Fungal plant pathogens account for ~ 10–80% of crop losses in agriculture and are viewed as a major threat to global food security [1, 2, 17, 18]. Cereal crops like rice, oat, millet, barley, and wheat have provided the foundation of modern agriculture and the success of humankind. Today’s agriculture is facing the challenge of ensuring global food security for an ever-expanding world population, which is estimated to exceed 9 billion within the next 30 years [19]. The ascomycete fungus Magnaporthe (Syn. Pyricularia) oryzae, the causal agent of blast disease of cereals, is often ranked as the most destructive fungal pathogen, causing losses in rice production that, if mitigated, could feed several hundred million people [1, 20]. Despite its Linnean name, M. oryzae is a multihost pathogen that can also cause the blast disease on other cereal crops, notably on wheat where it has recently spread from South America to Bangladesh resulting in destructive outbreaks [8, 21, 22]. M. oryzae reproduces mainly asexually and field isolates of M. oryzae are haploid.

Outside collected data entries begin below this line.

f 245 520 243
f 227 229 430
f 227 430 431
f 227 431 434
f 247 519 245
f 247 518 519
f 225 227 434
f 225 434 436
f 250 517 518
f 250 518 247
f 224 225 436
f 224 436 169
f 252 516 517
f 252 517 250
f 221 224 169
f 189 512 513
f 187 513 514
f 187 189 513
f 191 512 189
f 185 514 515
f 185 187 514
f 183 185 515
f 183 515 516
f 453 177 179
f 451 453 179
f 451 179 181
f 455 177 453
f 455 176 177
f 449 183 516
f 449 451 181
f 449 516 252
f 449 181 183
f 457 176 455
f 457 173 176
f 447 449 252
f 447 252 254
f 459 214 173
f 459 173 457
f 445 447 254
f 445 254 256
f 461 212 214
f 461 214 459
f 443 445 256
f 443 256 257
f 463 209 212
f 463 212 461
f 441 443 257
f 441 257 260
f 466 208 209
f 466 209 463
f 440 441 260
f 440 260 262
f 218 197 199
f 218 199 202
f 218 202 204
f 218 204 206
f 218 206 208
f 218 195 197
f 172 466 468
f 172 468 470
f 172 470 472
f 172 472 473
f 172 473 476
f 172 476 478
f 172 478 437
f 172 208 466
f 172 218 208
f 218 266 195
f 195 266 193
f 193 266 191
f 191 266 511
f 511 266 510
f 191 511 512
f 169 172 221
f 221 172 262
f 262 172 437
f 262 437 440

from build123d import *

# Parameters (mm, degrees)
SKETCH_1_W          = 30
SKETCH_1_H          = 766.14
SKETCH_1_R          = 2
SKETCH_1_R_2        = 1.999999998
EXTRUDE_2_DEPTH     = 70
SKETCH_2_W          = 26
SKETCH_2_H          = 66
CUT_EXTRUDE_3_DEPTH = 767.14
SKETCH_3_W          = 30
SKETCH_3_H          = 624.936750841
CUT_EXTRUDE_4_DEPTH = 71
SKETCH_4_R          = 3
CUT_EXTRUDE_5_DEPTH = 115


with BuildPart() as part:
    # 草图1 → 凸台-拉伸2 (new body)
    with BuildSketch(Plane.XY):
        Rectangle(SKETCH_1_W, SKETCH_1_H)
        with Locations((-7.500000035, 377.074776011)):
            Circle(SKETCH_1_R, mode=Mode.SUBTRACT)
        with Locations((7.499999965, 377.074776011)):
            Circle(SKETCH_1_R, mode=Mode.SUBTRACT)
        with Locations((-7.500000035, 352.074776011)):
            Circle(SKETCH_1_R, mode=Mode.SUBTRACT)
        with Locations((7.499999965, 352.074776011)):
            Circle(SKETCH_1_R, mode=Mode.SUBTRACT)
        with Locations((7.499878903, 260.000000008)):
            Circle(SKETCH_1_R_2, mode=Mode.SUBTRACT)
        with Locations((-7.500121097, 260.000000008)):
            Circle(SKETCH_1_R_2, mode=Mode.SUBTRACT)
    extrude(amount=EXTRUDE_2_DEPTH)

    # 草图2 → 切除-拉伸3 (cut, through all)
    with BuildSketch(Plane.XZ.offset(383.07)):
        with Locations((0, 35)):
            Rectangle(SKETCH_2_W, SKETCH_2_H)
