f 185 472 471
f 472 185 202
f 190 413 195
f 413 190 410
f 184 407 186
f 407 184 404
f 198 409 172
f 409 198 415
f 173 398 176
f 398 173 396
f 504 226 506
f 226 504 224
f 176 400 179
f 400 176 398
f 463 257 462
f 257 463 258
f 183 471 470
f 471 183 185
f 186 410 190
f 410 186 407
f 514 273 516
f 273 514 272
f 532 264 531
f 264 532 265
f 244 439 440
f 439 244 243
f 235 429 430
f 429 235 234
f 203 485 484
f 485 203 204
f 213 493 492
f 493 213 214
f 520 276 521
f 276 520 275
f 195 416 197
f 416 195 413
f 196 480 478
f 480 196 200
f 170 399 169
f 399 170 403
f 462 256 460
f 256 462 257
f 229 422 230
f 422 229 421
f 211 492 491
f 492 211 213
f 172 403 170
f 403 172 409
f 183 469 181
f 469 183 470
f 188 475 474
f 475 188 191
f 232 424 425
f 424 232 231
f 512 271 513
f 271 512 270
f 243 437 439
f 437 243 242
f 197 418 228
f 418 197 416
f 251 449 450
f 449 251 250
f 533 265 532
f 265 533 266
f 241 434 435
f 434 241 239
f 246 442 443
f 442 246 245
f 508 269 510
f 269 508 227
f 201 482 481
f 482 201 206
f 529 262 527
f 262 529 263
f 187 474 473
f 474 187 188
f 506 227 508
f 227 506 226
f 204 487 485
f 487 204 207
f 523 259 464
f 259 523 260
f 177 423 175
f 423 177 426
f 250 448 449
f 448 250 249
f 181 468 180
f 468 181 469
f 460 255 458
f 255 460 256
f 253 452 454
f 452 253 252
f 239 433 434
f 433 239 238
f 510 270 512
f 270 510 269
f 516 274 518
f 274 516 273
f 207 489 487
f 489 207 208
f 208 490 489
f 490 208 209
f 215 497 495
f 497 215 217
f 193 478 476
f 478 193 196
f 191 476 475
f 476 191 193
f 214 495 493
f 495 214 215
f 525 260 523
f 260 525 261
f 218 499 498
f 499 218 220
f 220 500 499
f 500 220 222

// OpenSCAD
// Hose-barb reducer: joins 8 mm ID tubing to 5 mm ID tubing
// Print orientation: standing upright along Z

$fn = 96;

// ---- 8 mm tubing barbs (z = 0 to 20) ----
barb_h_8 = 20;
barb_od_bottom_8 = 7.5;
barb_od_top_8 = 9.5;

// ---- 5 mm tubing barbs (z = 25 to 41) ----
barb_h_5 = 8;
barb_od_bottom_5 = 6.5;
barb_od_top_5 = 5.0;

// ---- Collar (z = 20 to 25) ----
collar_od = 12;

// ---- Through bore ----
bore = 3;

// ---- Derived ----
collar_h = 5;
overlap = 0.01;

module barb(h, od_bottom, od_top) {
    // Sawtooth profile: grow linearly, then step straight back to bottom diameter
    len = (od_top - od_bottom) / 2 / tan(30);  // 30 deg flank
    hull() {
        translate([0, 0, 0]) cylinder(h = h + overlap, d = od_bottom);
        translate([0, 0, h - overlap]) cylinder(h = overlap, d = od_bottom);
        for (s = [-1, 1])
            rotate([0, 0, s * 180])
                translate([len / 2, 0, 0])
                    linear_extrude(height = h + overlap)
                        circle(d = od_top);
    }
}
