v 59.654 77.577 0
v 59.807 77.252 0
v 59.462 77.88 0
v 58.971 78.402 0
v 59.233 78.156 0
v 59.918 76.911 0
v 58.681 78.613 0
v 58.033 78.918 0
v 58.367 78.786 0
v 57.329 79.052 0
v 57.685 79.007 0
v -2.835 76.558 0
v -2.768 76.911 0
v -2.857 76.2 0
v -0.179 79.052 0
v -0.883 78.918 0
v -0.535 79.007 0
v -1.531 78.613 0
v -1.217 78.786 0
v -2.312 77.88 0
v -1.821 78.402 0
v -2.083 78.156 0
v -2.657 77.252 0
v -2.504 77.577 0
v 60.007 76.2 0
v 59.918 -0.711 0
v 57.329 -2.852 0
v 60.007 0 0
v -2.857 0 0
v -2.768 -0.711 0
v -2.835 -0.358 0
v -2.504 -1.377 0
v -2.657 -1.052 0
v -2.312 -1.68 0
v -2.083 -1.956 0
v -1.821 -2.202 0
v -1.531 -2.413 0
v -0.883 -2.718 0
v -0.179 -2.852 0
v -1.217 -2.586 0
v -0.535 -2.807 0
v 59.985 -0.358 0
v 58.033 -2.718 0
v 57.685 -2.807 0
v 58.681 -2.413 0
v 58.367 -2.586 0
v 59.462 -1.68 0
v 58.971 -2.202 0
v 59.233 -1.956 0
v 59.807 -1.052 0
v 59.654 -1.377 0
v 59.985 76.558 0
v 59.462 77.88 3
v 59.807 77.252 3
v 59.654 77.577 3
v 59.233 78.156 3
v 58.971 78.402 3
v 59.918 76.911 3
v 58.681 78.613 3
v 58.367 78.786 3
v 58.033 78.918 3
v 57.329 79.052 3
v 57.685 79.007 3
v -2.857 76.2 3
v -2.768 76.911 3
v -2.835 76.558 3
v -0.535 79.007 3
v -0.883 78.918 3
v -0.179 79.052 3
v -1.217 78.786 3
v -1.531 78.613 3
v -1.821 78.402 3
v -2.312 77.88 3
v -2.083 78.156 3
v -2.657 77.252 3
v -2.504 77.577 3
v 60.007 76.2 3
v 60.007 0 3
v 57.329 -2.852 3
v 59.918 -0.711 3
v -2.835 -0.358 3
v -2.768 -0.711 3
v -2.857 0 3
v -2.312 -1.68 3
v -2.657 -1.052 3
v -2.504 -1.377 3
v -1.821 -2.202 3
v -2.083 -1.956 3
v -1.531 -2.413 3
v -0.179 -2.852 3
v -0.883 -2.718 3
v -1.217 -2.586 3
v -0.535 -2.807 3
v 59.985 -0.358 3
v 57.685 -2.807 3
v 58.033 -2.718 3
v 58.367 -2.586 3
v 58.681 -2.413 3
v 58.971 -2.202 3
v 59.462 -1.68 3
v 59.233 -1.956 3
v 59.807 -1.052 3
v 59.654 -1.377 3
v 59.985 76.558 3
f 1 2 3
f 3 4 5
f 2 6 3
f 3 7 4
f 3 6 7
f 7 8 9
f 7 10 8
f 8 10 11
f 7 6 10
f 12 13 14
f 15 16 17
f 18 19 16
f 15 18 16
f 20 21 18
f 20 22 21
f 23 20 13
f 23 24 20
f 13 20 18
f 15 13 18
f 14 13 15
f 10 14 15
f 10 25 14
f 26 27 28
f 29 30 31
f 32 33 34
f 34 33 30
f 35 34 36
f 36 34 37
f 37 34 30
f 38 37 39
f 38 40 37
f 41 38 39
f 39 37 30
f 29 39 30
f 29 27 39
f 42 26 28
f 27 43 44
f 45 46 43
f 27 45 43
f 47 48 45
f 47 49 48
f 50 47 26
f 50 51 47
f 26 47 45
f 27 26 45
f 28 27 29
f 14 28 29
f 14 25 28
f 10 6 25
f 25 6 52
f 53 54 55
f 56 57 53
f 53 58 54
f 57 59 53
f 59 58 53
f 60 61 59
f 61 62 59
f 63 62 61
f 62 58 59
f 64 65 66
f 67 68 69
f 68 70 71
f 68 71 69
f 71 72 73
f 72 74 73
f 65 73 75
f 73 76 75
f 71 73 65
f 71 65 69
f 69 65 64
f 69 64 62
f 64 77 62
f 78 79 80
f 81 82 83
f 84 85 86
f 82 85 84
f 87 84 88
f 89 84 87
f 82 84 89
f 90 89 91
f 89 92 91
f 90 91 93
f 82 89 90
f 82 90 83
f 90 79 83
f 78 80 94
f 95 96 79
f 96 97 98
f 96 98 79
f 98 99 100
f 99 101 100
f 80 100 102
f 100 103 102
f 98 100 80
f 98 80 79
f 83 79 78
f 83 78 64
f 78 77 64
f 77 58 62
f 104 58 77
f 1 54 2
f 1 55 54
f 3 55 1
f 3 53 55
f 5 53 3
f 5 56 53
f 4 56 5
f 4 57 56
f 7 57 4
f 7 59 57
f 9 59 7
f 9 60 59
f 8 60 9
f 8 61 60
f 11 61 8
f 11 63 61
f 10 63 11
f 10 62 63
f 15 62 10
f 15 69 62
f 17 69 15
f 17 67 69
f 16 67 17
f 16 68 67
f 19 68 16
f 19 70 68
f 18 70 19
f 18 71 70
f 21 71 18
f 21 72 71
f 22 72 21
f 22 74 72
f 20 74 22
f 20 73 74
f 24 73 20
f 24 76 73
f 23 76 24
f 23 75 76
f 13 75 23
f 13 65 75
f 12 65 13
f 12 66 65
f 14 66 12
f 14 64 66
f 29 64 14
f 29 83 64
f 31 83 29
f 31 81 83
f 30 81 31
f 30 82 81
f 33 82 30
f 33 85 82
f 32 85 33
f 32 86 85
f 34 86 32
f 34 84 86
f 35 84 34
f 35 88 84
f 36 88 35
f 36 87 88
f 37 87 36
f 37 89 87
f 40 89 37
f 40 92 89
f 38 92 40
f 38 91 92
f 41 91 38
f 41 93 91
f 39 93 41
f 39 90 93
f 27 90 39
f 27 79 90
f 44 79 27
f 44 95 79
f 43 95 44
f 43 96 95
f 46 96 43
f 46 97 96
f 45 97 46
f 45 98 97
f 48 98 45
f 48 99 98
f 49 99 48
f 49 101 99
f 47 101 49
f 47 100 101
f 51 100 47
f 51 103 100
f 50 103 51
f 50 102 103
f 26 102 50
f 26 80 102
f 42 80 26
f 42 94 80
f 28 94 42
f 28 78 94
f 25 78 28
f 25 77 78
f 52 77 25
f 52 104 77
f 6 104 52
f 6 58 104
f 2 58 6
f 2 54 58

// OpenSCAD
linear_extrude (height=3){
  minkowski () {
    translate ([0, 0, ]) {
      union () {
        translate ([0.0, 0.0, ]) {
          translate ([9.525, 9.525, ]) {
            square ([19.05, 19.05], center=true);
          }
        }
        translate ([19.05, 0.0, ]) {
          translate ([9.525, 9.525, ]) {
            square ([19.05, 19.05], center=true);
          }
        }
        translate ([38.1, 0.0, ]) {
          translate ([9.525, 9.525, ]) {
            square ([19.05, 19.05], center=true);
          }
        }
        translate ([0.0, 19.05, ]) {
          translate ([9.525, 9.525, ]) {
            square ([19.05, 19.05], center=true);
          }
        }
        translate ([19.05, 19.05, ]) {
          translate ([9.525, 9.525, ]) {
            square ([19.05, 19.05], center=true);
          }
        }
        translate ([38.1, 19.05, ]) {
          translate ([9.525, 9.525, ]) {
            square ([19.05, 19.05], center=true);
          }
        }
        translate ([0.0, 38.1, ]) {
          translate ([9.525, 9.525, ]) {
            square ([19.05, 19.05], center=true);
          }
        }
        translate ([19.05, 38.1, ]) {
          translate ([9.525, 9.525, ]) {
            square ([19.05, 19.05], center=true);
          }
        }
        translate ([38.1, 38.1, ]) {
          translate ([9.525, 9.525, ]) {
            square ([19.05, 19.05], center=true);
          }
        }
        translate ([0.0, 57.150000000000006, ]) {
          translate ([9.525, 9.525, ]) {
            square ([19.05, 19.05], center=true);
          }
        }
        translate ([19.05, 57.150000000000006, ]) {
          translate ([9.525, 9.525, ]) {
            square ([19.05, 19.05], center=true);
          }
        }
        translate ([38.1, 57.150000000000006, ]) {
          translate ([9.525, 9.525, ]) {
            square ([19.05, 19.05], center=true);
          }
        }
      }
    }
    circle ($fn=50, r=2.8575);
  }
}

Asexual reproduction is the predominant mode of reproduction in almost all rice-growing regions; however, population genetics evidence has identified sexually reproducing populations in Southeast Asia, indicating that M. oryzae likely lost sexual reproduction outside of its center of origin [23].

Comparative genomics analyses provided insights into the population structure and host-specialization of M. oryzae [24,25,26]. This pathogen consists of a complex assemblage of genetically distinct lineages that tend to be associated with particular host genera [26]. Remarkably, all rice-infecting isolates belong to a single genetic lineage that is thought to have originated from isolates infecting foxtail millet (Setaria italica and Setaria viridis). M. oryzae host-specific lineages exhibit limited gene flow but recurrent gene gain/loss particularly in regions of the genome linked to transposable elements [24, 25]. As in many other plant pathogens, effector genes exhibit a high degree of presence and absence polymorphisms and signatures of adaptive evolution (e.g., higher rate of non-synonymous over synonymous mutations) [25]. Loss of so-called AVR effector genes—activators of host immunoresponses—can dramatically impact the fitness of the blast fungus by enabling virulence on resistant host genotypes [22, 27, 28].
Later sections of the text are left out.